The Art of Who You Are

When we were young children, we went through our days following someones preplanned agenda. Someone, usually our parents, have decided what we are going to do, when we are going to do it. A few years later and we are absorbed into a school system, on our way to being Borg’d.

Around ten or eleven most of us are becoming aware we have an identity or our own. We have not given more than a fleeting thought or two of who we are, but we know we are our own something.

It all starts falling apart when we reach our teenage years. We were doing fine, being a part of the whole, and having fun. We sit in our class with our friends and a few not so friends, and we start thinking we need to be a little different. We feel a need to stand out and have our own identity.

Where this urge comes from some think is peer pressure and media influencing us without our ever realizing it. Perhaps we participate via applying peer pressure on other teens. What I find so obvious looking back on the whole process is: I was changing, or at least trying to, and I had no real idea who I was to start with! Does that thought sound familiar?

Almost all of us, except for that little group we never want to be seen with, were all busy trying to be unique, be different, and find ourselves. We wanted to discover who we were and find our life path. It turns out after the fact, we not the best at placing the idea of finding ourselves in action.

What we did instead was find everything and anything we could that generally led us as far away from ourselves as we can possibly get. The clothes we wore were suddenly not good enough. We have to have different clothes, and we were not happy until we have enough clothes to wear through the school week, plus different clothes on the week ends.

We looked for others ways to change. For teenage girls, makeup was the beginning. In a rush to be different, young girls suddenly need to wear makeup. With teenage boys it was usually a change in behavior. We no longer wanted to be seen doing or watching anything that may be considered a child’s activity. We did things in private that we always did, but in public we never mentioned a word of it and chastised those that admited to doing childish things.
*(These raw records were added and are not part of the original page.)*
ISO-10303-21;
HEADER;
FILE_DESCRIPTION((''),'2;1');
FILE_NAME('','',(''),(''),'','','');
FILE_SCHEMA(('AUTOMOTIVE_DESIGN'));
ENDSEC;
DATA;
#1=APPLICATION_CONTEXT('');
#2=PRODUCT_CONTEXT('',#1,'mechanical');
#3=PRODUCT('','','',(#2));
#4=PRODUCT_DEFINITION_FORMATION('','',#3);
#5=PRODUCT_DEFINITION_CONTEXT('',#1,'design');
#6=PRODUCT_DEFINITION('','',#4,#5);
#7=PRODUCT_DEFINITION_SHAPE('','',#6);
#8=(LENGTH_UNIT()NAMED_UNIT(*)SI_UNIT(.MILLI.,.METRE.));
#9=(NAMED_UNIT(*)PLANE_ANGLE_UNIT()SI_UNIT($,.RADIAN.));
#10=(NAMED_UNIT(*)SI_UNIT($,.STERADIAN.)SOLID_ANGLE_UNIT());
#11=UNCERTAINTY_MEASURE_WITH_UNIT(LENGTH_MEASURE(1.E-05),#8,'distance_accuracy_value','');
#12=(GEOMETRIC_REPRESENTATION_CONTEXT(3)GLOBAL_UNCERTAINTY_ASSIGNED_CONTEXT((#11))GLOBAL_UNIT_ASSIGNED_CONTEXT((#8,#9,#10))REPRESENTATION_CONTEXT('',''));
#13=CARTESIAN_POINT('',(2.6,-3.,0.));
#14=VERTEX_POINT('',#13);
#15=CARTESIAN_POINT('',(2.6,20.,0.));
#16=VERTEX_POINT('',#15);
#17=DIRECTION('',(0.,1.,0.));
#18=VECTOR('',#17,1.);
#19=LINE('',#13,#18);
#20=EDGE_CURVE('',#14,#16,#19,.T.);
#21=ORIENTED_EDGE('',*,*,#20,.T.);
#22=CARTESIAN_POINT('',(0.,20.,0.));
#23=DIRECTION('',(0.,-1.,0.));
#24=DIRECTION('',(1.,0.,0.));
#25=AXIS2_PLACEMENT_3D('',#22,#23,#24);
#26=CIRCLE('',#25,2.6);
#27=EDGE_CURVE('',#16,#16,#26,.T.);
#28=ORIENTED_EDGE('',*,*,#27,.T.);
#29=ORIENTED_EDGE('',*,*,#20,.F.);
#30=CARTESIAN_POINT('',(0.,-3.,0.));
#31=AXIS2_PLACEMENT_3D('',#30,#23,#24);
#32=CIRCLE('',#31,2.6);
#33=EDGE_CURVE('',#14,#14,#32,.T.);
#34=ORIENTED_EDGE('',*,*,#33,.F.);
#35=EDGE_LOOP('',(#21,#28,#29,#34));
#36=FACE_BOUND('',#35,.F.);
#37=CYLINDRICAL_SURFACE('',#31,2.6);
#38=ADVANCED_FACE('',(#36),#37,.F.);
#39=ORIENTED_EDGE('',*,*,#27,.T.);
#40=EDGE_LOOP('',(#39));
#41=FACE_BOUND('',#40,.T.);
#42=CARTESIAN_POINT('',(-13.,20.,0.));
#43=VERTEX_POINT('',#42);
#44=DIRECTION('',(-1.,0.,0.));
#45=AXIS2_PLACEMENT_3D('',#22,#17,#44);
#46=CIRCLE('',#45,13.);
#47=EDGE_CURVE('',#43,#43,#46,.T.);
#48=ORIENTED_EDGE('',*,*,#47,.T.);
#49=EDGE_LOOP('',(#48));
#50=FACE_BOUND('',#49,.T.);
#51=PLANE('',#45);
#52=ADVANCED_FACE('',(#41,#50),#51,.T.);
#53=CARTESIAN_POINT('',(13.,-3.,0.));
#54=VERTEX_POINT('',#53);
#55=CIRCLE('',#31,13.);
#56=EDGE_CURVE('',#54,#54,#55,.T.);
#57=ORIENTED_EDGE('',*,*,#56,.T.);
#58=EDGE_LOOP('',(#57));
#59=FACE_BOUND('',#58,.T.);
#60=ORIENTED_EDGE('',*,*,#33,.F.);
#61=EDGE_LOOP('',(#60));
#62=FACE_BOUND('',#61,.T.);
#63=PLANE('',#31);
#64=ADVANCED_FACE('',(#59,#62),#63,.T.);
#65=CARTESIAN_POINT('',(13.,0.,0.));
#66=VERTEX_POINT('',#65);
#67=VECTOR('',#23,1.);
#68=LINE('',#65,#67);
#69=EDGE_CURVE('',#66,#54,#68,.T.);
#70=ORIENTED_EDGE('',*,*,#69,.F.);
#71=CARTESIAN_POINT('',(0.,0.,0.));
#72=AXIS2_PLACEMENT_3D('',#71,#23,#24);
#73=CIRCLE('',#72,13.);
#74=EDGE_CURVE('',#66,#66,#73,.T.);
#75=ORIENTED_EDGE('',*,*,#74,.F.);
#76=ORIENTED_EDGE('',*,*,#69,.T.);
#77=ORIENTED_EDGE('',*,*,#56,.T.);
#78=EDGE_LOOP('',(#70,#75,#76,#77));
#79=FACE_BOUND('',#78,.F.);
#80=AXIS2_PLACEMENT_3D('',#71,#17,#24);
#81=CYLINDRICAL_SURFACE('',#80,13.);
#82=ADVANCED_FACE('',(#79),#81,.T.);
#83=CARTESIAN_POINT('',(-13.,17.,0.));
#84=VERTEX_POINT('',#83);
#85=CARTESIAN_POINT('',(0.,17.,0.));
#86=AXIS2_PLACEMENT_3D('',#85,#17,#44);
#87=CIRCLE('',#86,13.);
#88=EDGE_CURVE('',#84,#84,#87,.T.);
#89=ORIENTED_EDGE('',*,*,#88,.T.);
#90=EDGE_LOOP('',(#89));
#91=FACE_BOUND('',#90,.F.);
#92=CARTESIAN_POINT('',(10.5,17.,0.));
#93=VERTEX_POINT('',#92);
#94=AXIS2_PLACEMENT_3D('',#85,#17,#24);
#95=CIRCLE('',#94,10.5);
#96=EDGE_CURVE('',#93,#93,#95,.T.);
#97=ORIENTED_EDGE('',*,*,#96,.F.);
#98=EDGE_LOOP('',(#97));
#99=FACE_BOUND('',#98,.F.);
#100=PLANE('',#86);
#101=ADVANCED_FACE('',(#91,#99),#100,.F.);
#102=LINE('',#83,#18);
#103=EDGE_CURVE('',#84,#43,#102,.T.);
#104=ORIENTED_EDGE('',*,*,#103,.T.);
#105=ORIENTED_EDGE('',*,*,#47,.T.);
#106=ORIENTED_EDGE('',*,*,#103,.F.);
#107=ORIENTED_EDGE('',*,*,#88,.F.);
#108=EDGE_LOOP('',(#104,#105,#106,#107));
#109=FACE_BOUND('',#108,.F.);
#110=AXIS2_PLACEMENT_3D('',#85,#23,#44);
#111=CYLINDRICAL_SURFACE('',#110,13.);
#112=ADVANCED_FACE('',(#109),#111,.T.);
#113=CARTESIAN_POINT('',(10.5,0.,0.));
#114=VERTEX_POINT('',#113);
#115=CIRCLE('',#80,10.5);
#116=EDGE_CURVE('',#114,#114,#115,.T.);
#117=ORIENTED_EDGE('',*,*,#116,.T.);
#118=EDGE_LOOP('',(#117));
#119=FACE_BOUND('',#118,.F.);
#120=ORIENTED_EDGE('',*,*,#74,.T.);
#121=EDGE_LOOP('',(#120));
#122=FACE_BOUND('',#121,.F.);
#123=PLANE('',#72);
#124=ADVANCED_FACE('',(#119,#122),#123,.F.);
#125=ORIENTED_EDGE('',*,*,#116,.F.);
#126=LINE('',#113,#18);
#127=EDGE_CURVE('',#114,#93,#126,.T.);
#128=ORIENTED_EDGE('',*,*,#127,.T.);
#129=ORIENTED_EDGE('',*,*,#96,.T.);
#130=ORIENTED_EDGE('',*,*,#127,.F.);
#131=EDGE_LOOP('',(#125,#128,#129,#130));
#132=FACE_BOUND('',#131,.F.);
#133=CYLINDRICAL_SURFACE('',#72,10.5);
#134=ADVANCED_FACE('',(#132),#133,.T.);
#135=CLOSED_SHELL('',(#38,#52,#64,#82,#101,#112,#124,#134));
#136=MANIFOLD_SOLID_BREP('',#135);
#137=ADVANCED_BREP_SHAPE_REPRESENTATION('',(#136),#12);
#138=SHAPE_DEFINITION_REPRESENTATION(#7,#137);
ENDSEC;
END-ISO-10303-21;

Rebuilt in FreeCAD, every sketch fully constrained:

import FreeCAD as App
import Part
import Sketcher
from FreeCAD import Vector

doc = App.newDocument("Part")
body = doc.addObject("PartDesign::Body", "Body")

# Sketch on XZ plane
sketch1 = body.newObject("Sketcher::SketchObject", "Sketch")
sketch1.AttachmentSupport = (doc.getObject("XZ_Plane"), [""])
sketch1.MapMode = "FlatFace"
sketch1.addGeometry(Part.Circle(Vector(0, 0, 0), Vector(0, 0, 1), 10.5), False)
sketch1.addConstraint([
    Sketcher.Constraint("Coincident", 0, 3, -1, 1),
    Sketcher.Constraint("Diameter", 0, 21.0),
])
pad1 = body.newObject("PartDesign::Pad", "Pad")
pad1.Profile = sketch1
pad1.Length = 17
pad1.Reversed = True

# Sketch on XZ plane
sketch2 = body.newObject("Sketcher::SketchObject", "Sketch001")
sketch2.AttachmentSupport = (doc.getObject("XZ_Plane"), [""])
sketch2.MapMode = "FlatFace"
sketch2.addGeometry(Part.Circle(Vector(0, 0, 0), Vector(0, 0, 1), 13), False)
sketch2.addConstraint([
    Sketcher.Constraint("Coincident", 0, 3, -1, 1),
    Sketcher.Constraint("Diameter", 0, 26.0),
])
pad2 = body.newObject("PartDesign::Pad", "Pad001")
pad2.Profile = sketch2
pad2.Length = 3

# Sketch on XZ plane
sketch3 = body.newObject("Sketcher::SketchObject", "Sketch002")
sketch3.AttachmentSupport = (doc.getObject("XZ_Plane"), [""])
sketch3.MapMode = "FlatFace"
sketch3.AttachmentOffset = App.Placement(Vector(0, 0, -17), App.Rotation())
sketch3.addGeometry(Part.Circle(Vector(0, 0, 0), Vector(0, 0, 1), 13), False)
sketch3.addConstraint([
    Sketcher.Constraint("Coincident", 0, 3, -1, 1),
    Sketcher.Constraint("Diameter", 0, 26.0),
])
pad3 = body.newObject("PartDesign::Pad", "Pad002")
pad3.Profile = sketch3
pad3.Length = 3
pad3.Reversed = True

# Sketch on XZ plane
sketch4 = body.newObject("Sketcher::SketchObject", "Sketch003")
sketch4.AttachmentSupport = (doc.getObject("XZ_Plane"), [""])
sketch4.MapMode = "FlatFace"
sketch4.AttachmentOffset = App.Placement(Vector(0, 0, 3), App.Rotation())
sketch4.addGeometry(Part.Circle(Vector(0, 0, 0), Vector(0, 0, 1), 2.6), False)
sketch4.addConstraint([
    Sketcher.Constraint("Coincident", 0, 3, -1, 1),
    Sketcher.Constraint("Diameter", 0, 5.2),
])
pocket1 = body.newObject("PartDesign::Pocket", "Pocket")
pocket1.Profile = sketch4
pocket1.Length = 6

# Sketch on XZ plane
sketch5 = body.newObject("Sketcher::SketchObject", "Sketch004")
sketch5.AttachmentSupport = (doc.getObject("XZ_Plane"), [""])
sketch5.MapMode = "FlatFace"
sketch5.AttachmentOffset = App.Placement(Vector(0, 0, 3), App.Rotation())
sketch5.addGeometry(Part.Circle(Vector(0, 0, 0), Vector(0, 0, 1), 2.6), False)
sketch5.addConstraint([
    Sketcher.Constraint("Coincident", 0, 3, -1, 1),
    Sketcher.Constraint("Diameter", 0, 5.2),
])
pocket2 = body.newObject("PartDesign::Pocket", "Pocket001")
pocket2.Profile = sketch5
pocket2.Length = 23

doc.recompute()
In our teenage quest to find ourselves, we turned to those a few years older than us and tried to emulate them. Of course they were trying to emulate those people older than themselves, so in essence we were picking up their discards. A few of us looked for ourselves in less savory activities, mainly the worlds of addiction.

Our actor who is living our life for us continues acting into our forties. Without warning, we relive a memory from our past, see a picture or movie about when we were young, and it all comes rushing back. Like hitting a wall, we realize that in our rush to find our unique selves, all we did was create an acting role. Like falling off a bicycle, we realize we are no closer to finding ourself than we were twenty years ago.

Suddenly that small group we never wanted to get close too seems more appealing. It all makes sense, now that we have left the fog we were living in. That small group of people we shunned, maybe they had it right all along. They too were trying to find themselves.

What separates them from us, is they were smart about it. They somehow understood that what makes us unique had nothing to do with clothing, looks, or language. They spent all these years working on developing themselves instead of the actor we created all those years ago. Now the addicts our age, who have not perished of their personal poison start hitting bottom. They die, or they too finally decide to start looking for their real self too. They too realize that what they are doing is hollow and has no meaning.

Lucky for most of us, we can find out who we are, and uniquely qualified to be us fairly quickly if we want to. All we have to do is take the actor which has been living our life, and send him or her into retirement. Once the actor in us is retired, we begin to have a glimpse of who we really are, and what we are really about.

While completing the process, for real this time, of finding us, we can add another skill and chapter to the book that makes up our life. We all were actors at one time or another. Some of us better than others, though we can all add acting to the book of our life.

Some say it is the media influence, others peer pressure, yet others Satan in the shadows working his evil, which takes us away from what and who we are meant to be. It may one or two of those things, it may be hundred more, but most of us seem to fall the same piper. In the quest to find ourself we get lost in the wilderness. We wander around in a fog, wondering why we are not happy, or at least content.

It feels so good to see those waiting for us, holding up the sign at the end of our trail. The sign that says, “Welcome Back, We have been waiting for you, and we are so very glad you showed up!